Sogenannte Zero-Day-Exploits sind der Traum für Hacker, Geheimdienste und Behörden: Sie erlauben es, Maschinen zu übernehmen, weil es für diese Sicherheitslücken noch keinerlei Gegenmittel gibt. Aktuelle Forschungsergebnisse zeigen nun, dass organisierte Cyberkriminelle, die über große finanziele Möglichkeiten verfügen, den Einsatz dieser leistungsstarken und teuren Hacking-Methoden in die Höhe treiben.

Zero-Day-Exploits, die einem Hacker Zugang zu bestimmten Zielen verschaffen, werden so genannt, weil Cyber-Verteidiger zuvor null Tage („Zero Days“) Zeit hatten, um die neu entdeckten Lücken zu schließen, was die Tools außerordentlich leistungsfähig, gefährlich und auch teuer macht. In der Spitze können Zero-Day-Exploits mehr als eine Million Dollar in Anschaffung und/oder Entwicklung kosten. Aus diesem Grund waren sie in der Vergangenheit nur in den Arsenalen der raffiniertesten Cyberspionage-Gruppen der Welt zu finden, die meist von Staaten ins Leben gerufen oder zumindest finanziert wurden.

Eine neue Studie des Cybersicherheitsunternehmens Mandiant zeigt jedoch, dass der Anteil der von Cyberkriminellen ausgenutzten Zero-Day-Exploits rekordverdächtig zunimmt. Ein Drittel aller Hackergruppen, die im Jahr 2021 diese Lücken ausnutzten, waren finanziell motivierte Gangs, im Gegensatz zu staatlich unterstützten Cyberspionage-Gruppen, so die Untersuchung. In den letzten zehn Jahren wurde nur ein sehr kleiner Teil der Zero-Day-Exploits von Cyberkriminellen eingesetzt. Experten glauben, dass der schnelle Wandel mit der mittlerweile milliardenschweren illegalen Ransomware-Industrie zu tun hat.
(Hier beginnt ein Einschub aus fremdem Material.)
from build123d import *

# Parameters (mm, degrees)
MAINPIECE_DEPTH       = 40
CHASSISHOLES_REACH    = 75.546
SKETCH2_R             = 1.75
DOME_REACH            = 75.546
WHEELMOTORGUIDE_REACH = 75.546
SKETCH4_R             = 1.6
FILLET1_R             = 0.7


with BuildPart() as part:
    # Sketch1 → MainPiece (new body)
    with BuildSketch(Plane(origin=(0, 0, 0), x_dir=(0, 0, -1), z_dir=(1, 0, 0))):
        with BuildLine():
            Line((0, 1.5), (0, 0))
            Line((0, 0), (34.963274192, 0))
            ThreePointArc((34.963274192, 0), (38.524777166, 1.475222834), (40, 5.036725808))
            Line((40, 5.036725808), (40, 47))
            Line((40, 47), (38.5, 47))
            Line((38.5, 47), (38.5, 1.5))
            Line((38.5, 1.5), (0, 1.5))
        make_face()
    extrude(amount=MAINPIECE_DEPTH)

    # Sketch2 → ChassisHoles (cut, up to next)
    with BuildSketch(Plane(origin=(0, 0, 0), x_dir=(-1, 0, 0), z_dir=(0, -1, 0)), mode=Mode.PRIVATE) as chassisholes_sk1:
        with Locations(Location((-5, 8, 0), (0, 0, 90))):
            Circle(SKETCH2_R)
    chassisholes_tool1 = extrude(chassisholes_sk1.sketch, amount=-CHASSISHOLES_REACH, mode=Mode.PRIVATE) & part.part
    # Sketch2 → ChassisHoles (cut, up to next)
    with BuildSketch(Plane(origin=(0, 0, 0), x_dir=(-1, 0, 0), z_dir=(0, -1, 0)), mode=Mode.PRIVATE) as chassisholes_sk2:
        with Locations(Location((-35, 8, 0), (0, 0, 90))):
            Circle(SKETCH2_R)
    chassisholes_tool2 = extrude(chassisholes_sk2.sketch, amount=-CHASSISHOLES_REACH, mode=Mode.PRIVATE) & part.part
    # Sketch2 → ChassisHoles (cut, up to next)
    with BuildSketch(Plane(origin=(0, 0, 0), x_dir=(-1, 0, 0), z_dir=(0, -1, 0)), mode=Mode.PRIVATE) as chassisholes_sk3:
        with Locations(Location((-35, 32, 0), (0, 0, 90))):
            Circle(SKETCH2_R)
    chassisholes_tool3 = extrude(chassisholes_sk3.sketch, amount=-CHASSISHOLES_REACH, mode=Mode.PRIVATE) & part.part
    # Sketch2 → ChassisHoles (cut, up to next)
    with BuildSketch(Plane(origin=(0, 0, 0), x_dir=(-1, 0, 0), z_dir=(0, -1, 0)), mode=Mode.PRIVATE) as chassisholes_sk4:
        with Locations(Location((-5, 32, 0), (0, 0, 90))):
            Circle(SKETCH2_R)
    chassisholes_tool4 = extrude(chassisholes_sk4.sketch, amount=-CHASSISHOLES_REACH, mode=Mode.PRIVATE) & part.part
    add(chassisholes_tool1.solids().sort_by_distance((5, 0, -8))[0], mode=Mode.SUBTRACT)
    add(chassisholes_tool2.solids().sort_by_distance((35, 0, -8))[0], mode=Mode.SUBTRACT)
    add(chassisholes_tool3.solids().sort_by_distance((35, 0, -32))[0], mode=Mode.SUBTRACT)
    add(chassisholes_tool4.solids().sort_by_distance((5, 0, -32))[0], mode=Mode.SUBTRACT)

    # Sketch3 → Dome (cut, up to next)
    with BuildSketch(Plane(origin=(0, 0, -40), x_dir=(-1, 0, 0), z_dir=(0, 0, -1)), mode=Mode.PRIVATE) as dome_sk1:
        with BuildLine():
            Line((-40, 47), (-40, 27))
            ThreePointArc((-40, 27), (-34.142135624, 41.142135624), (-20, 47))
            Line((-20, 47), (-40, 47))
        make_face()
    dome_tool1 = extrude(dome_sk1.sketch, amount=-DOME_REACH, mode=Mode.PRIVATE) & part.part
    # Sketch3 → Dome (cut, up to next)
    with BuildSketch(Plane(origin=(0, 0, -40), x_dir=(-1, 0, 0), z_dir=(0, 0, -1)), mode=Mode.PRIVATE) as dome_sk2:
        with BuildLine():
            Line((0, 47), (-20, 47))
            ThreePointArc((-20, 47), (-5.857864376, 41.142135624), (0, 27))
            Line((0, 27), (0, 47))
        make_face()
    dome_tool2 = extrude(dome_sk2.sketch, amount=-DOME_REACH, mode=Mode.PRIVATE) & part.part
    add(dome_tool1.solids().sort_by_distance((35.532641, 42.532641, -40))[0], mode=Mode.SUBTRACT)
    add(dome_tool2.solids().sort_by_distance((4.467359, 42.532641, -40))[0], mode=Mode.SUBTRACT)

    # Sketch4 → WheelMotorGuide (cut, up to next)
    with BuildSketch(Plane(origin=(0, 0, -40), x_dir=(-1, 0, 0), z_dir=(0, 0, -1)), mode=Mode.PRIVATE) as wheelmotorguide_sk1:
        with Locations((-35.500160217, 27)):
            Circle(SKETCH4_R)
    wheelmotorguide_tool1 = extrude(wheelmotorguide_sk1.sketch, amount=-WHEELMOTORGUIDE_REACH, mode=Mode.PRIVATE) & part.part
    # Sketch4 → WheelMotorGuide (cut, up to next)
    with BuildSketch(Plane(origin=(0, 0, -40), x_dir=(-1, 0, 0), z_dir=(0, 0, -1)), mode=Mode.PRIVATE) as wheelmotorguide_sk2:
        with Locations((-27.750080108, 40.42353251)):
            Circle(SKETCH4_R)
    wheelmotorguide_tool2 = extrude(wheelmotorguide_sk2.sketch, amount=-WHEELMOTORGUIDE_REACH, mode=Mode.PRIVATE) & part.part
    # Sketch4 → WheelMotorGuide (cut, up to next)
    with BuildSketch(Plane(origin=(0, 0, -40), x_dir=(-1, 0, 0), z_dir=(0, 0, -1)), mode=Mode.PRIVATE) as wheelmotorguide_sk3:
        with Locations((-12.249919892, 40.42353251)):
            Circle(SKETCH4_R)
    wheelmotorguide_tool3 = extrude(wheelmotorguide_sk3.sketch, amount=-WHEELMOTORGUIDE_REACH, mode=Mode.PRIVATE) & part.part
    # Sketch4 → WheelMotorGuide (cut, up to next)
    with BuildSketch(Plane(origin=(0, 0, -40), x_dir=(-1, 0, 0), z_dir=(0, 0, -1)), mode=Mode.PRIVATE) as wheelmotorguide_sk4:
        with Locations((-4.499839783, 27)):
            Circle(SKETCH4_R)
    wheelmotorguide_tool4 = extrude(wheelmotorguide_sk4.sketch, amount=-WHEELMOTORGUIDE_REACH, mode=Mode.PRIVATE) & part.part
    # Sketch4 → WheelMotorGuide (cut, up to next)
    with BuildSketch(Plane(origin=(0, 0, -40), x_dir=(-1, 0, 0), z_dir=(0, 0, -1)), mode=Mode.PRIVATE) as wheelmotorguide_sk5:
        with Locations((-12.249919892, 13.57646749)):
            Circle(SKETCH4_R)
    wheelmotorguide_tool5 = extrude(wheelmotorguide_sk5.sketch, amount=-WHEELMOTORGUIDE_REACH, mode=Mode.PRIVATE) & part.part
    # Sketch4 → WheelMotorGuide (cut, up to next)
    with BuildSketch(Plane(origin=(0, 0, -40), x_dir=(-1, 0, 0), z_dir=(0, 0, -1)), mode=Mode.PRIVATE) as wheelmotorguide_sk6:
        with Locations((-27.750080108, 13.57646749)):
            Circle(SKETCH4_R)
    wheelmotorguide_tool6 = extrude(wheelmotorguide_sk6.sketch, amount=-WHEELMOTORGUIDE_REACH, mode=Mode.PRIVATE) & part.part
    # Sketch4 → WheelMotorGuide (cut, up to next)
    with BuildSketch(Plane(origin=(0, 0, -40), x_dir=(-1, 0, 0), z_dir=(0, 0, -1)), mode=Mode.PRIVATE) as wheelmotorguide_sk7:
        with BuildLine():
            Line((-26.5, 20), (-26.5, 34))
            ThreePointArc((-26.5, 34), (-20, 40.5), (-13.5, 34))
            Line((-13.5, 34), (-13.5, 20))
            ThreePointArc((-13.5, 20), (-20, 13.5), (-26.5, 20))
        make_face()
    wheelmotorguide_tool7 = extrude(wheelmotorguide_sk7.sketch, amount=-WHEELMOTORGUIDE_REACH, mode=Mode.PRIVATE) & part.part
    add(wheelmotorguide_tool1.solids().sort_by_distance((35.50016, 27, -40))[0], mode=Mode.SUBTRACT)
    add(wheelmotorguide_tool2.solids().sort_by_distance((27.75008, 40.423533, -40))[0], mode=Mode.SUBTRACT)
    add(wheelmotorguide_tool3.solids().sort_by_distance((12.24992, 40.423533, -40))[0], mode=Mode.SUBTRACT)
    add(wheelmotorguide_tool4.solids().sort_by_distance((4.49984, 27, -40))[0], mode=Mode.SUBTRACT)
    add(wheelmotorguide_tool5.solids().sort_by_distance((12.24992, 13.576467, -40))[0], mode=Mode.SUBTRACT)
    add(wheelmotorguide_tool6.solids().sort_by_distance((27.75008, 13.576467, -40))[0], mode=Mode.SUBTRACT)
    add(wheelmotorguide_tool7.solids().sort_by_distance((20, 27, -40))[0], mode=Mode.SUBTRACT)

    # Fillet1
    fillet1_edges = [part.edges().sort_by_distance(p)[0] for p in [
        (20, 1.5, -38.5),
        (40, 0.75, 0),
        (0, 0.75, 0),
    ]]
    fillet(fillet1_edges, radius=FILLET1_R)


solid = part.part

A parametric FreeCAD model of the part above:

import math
import FreeCAD as App
import Part
import Sketcher
from FreeCAD import Vector


def edges_at(feature, points):
    """Names of the edges that pass closest to the given points."""
    edges = feature.Shape.Edges
    near = lambda p: min(range(len(edges)), key=lambda i: edges[i].distToShape(Part.Vertex(*p))[0])
    return sorted({f"Edge{near(p) + 1}" for p in points})

doc = App.newDocument("Part")
params = doc.addObject("Spreadsheet::Sheet", "Params")
for row, (alias, value) in enumerate([
    ("sketch1_width", "1.5 mm"),
    ("sketch1_width2", "45.5 mm"),
    ("sketch1_height", "38.5 mm"),
    ("pad1_length", "40 mm"),
    ("sketch2_diameter", "3.5 mm"),
    ("sketch3_diameter", "3.5 mm"),
    ("sketch4_diameter", "3.5 mm"),
    ("sketch5_diameter", "3.5 mm"),
    ("sketch6_radius", "20 mm"),
    ("sketch7_radius", "20 mm"),
    ("sketch8_diameter", "3.2 mm"),
    ("sketch9_diameter", "3.2 mm"),
    ("sketch10_diameter", "3.2 mm"),
    ("sketch11_diameter", "3.2 mm"),
    ("sketch12_diameter", "3.2 mm"),
    ("sketch13_diameter", "3.2 mm"),
    ("sketch14_radius", "6.5 mm"),
    ("sketch14_height", "14 mm"),
    ("fillet_radius", "0.7 mm"),
], start=1):
    params.set(f"A{row}", alias)
    params.set(f"B{row}", "=" + value)
    params.setAlias(f"B{row}", alias)

body = doc.addObject("PartDesign::Body", "Body")

# Sketch on YZ plane
sketch1 = body.newObject("Sketcher::SketchObject", "Sketch")
sketch1.AttachmentSupport = (doc.getObject("YZ_Plane"), [""])
sketch1.MapMode = "FlatFace"
sketch1.addGeometry([
    Part.LineSegment(Vector(1.5, 0, 0), Vector(0, 0, 0)),  # 0
    Part.LineSegment(Vector(0, 0, 0), Vector(0, -34.963274, 0)),  # 1
    Part.ArcOfCircle(Part.Circle(Vector(5.036726, -34.963274, 0), Vector(0, 0, 1), 5.036726), math.radians(180), math.radians(270)),  # 2
    Part.LineSegment(Vector(5.036726, -40, 0), Vector(47, -40, 0)),  # 3
    Part.LineSegment(Vector(47, -40, 0), Vector(47, -38.5, 0)),  # 4
    Part.LineSegment(Vector(47, -38.5, 0), Vector(1.5, -38.5, 0)),  # 5
    Part.LineSegment(Vector(1.5, -38.5, 0), Vector(1.5, 0, 0)),  # 6
], False)
sketch1.addConstraint([
    Sketcher.Constraint("Coincident", 0, 2, 1, 1),
    Sketcher.Constraint("Tangent", 1, 2, 2, 1),
    Sketcher.Constraint("Tangent", 2, 2, 3, 1),
    Sketcher.Constraint("Coincident", 3, 2, 4, 1),
    Sketcher.Constraint("Coincident", 4, 2, 5, 1),
    Sketcher.Constraint("Coincident", 5, 2, 6, 1),
    Sketcher.Constraint("Coincident", 6, 2, 0, 1),
    Sketcher.Constraint("Horizontal", 0),
    Sketcher.Constraint("Vertical", 1),
    Sketcher.Constraint("Horizontal", 3),
    Sketcher.Constraint("Vertical", 4),
    Sketcher.Constraint("Horizontal", 5),
    Sketcher.Constraint("Vertical", 6),
    Sketcher.Constraint("Coincident", 0, 2, -1, 1),
    Sketcher.Constraint("Equal", 0, 4),
    Sketcher.Constraint("DistanceX", 0, 2, 0, 1, 1.5),
    Sketcher.Constraint("DistanceX", 5, 2, 5, 1, 45.5),
    Sketcher.Constraint("DistanceY", 6, 1, 6, 2, 38.5),
    Sketcher.Constraint("Radius", 2, 5.036726),
])
sketch1.setExpression("Constraints[15]", "Params.sketch1_width")
sketch1.setExpression("Constraints[16]", "Params.sketch1_width2")
sketch1.setExpression("Constraints[17]", "Params.sketch1_height")
pad1 = body.newObject("PartDesign::Pad", "Pad")
pad1.Profile = sketch1
pad1.setExpression("Length", "Params.pad1_length")

# Sketch on XZ plane
sketch2 = body.newObject("Sketcher::SketchObject", "Sketch001")
sketch2.AttachmentSupport = (doc.getObject("XZ_Plane"), [""])
sketch2.MapMode = "FlatFace"
sketch2.addGeometry(Part.Circle(Vector(5, -8, 0), Vector(0, 0, 1), 1.75), False)
sketch2.addConstraint([
    Sketcher.Constraint("Diameter", 0, 3.5),
    Sketcher.Constraint("DistanceX", -1, 1, 0, 3, 5.0),
    Sketcher.Constraint("DistanceY", 0, 3, -1, 1, 8.0),
])
sketch2.setExpression("Constraints[0]", "Params.sketch2_diameter")
pocket1 = body.newObject("PartDesign::Pocket", "Pocket")
pocket1.Profile = sketch2
pocket1.Type = "UpToFirst"

# Sketch on XZ plane
sketch3 = body.newObject("Sketcher::SketchObject", "Sketch002")
sketch3.AttachmentSupport = (doc.getObject("XZ_Plane"), [""])
sketch3.MapMode = "FlatFace"
sketch3.addGeometry(Part.Circle(Vector(35, -8, 0), Vector(0, 0, 1), 1.75), False)
sketch3.addConstraint([
    Sketcher.Constraint("Diameter", 0, 3.5),
    Sketcher.Constraint("DistanceX", -1, 1, 0, 3, 35.0),
    Sketcher.Constraint("DistanceY", 0, 3, -1, 1, 8.0),
])
sketch3.setExpression("Constraints[0]", "Params.sketch3_diameter")
pocket2 = body.newObject("PartDesign::Pocket", "Pocket001")
pocket2.Profile = sketch3
pocket2.Type = "UpToFirst"

# Sketch on XZ plane
sketch4 = body.newObject("Sketcher::SketchObject", "Sketch003")
sketch4.AttachmentSupport = (doc.getObject("XZ_Plane"), [""])
sketch4.MapMode = "FlatFace"
sketch4.addGeometry(Part.Circle(Vector(35, -32, 0), Vector(0, 0, 1), 1.75), False)
sketch4.addConstraint([
    Sketcher.Constraint("Diameter", 0, 3.5),
    Sketcher.Constraint("DistanceX", -1, 1, 0, 3, 35.0),
    Sketcher.Constraint("DistanceY", 0, 3, -1, 1, 32.0),
])
sketch4.setExpression("Constraints[0]", "Params.sketch4_diameter")
pocket3 = body.newObject("PartDesign::Pocket", "Pocket002")
pocket3.Profile = sketch4
pocket3.Type = "UpToFirst"

# Sketch on XZ plane
sketch5 = body.newObject("Sketcher::SketchObject", "Sketch004")
sketch5.AttachmentSupport = (doc.getObject("XZ_Plane"), [""])
sketch5.MapMode = "FlatFace"
sketch5.addGeometry(Part.Circle(Vector(5, -32, 0), Vector(0, 0, 1), 1.75), False)
sketch5.addConstraint([
    Sketcher.Constraint("Diameter", 0, 3.5),
    Sketcher.Constraint("DistanceX", -1, 1, 0, 3, 5.0),
    Sketcher.Constraint("DistanceY", 0, 3, -1, 1, 32.0),
])
sketch5.setExpression("Constraints[0]", "Params.sketch5_diameter")
pocket4 = body.newObject("PartDesign::Pocket", "Pocket003")
pocket4.Profile = sketch5
pocket4.Type = "UpToFirst"

# Sketch on XY plane
sketch6 = body.newObject("Sketcher::SketchObject", "Sketch005")
sketch6.AttachmentSupport = (doc.getObject("XY_Plane"), [""])
sketch6.MapMode = "FlatFace"
sketch6.AttachmentOffset = App.Placement(Vector(0, 0, -40), App.Rotation())
sketch6.addGeometry([
    Part.LineSegment(Vector(40, 47, 0), Vector(40, 27, 0)),
    Part.ArcOfCircle(Part.Circle(Vector(20, 27, 0), Vector(0, 0, 1), 20), math.radians(0), math.radians(90)),
    Part.LineSegment(Vector(20, 47, 0), Vector(40, 47, 0)),
], False)
sketch6.addConstraint([
    Sketcher.Constraint("Tangent", 0, 2, 1, 1),
    Sketcher.Constraint("Tangent", 1, 2, 2, 1),
    Sketcher.Constraint("Coincident", 2, 2, 0, 1),
    Sketcher.Constraint("Vertical", 0),
    Sketcher.Constraint("Horizontal", 2),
„Ransomware-Gruppen sind in der Lage, große Talente zu rekrutieren und die Ressourcen aus ihren Angriffen samt der irrsinnigen Einnahmen zu nutzen, um sich auf Dinge zu konzentrieren, die früher die Domäne von staatlich gesponserten [Hacking-]Gruppen war“, erläutert James Sadowski, Forscher bei Mandiant.

Zero-Day-Exploits werden in der Regel im Verborgenen gehandelt – über spezielle Märkte. Bekannt ist, wie viel Geld im Spiel ist. Bei einer Recherche von MIT Technology Review kam heraus, dass ein amerikanisches Unternehmen einen leistungsstarken iPhone-Zero-Day für 1,3 Millionen US-Dollar verkaufen konnte. Zerodium, ein Zero-Day-Exploit-Anbieter, zahlt selbst aktuell bis zu 2,5 Millionen Dollar für jede Zero-Day-Lücke, welche die Kontrolle über ein Android-Gerät ermöglicht. Das Unternehmen veräußert die Sicherheitslücken dann zu einem beträchtlichen Aufschlag an eine andere Organisation – vielleicht an einen Geheimdienst oder eine Polizeibehörde – weiter. Regierungen sind bereit, so viel Geld zu zahlen, weil Zero-Day-Exploits im globalen Spionagespiel ein echter Trumpf sein können, der potenziell mehr wert ist als die Millionen, die sie kosten.

Aber auch für Kriminelle sind sie offensichtlich viel wert. Eine besonders aggressive und geschickte Ransomware-Gruppe, die unter dem Namen „UNC2447“ bekannt ist, nutzte eine Zero-Day-Schwachstelle in SonicWall aus, einem Tool für virtuelle private Netzwerke, das in großen Unternehmen in aller Welt eingesetzt wird. Nachdem sich die Hacker Zugang zu verschiedenen Systemen verschafft hatten, setzten sie eine Ransomware ein und zwangen die Opfer zur Zahlung. Die Erpressung: Sie drohten, Medien über die Hacks zu informieren und/oder die Daten der Unternehmen im Dark Web zu verkaufen.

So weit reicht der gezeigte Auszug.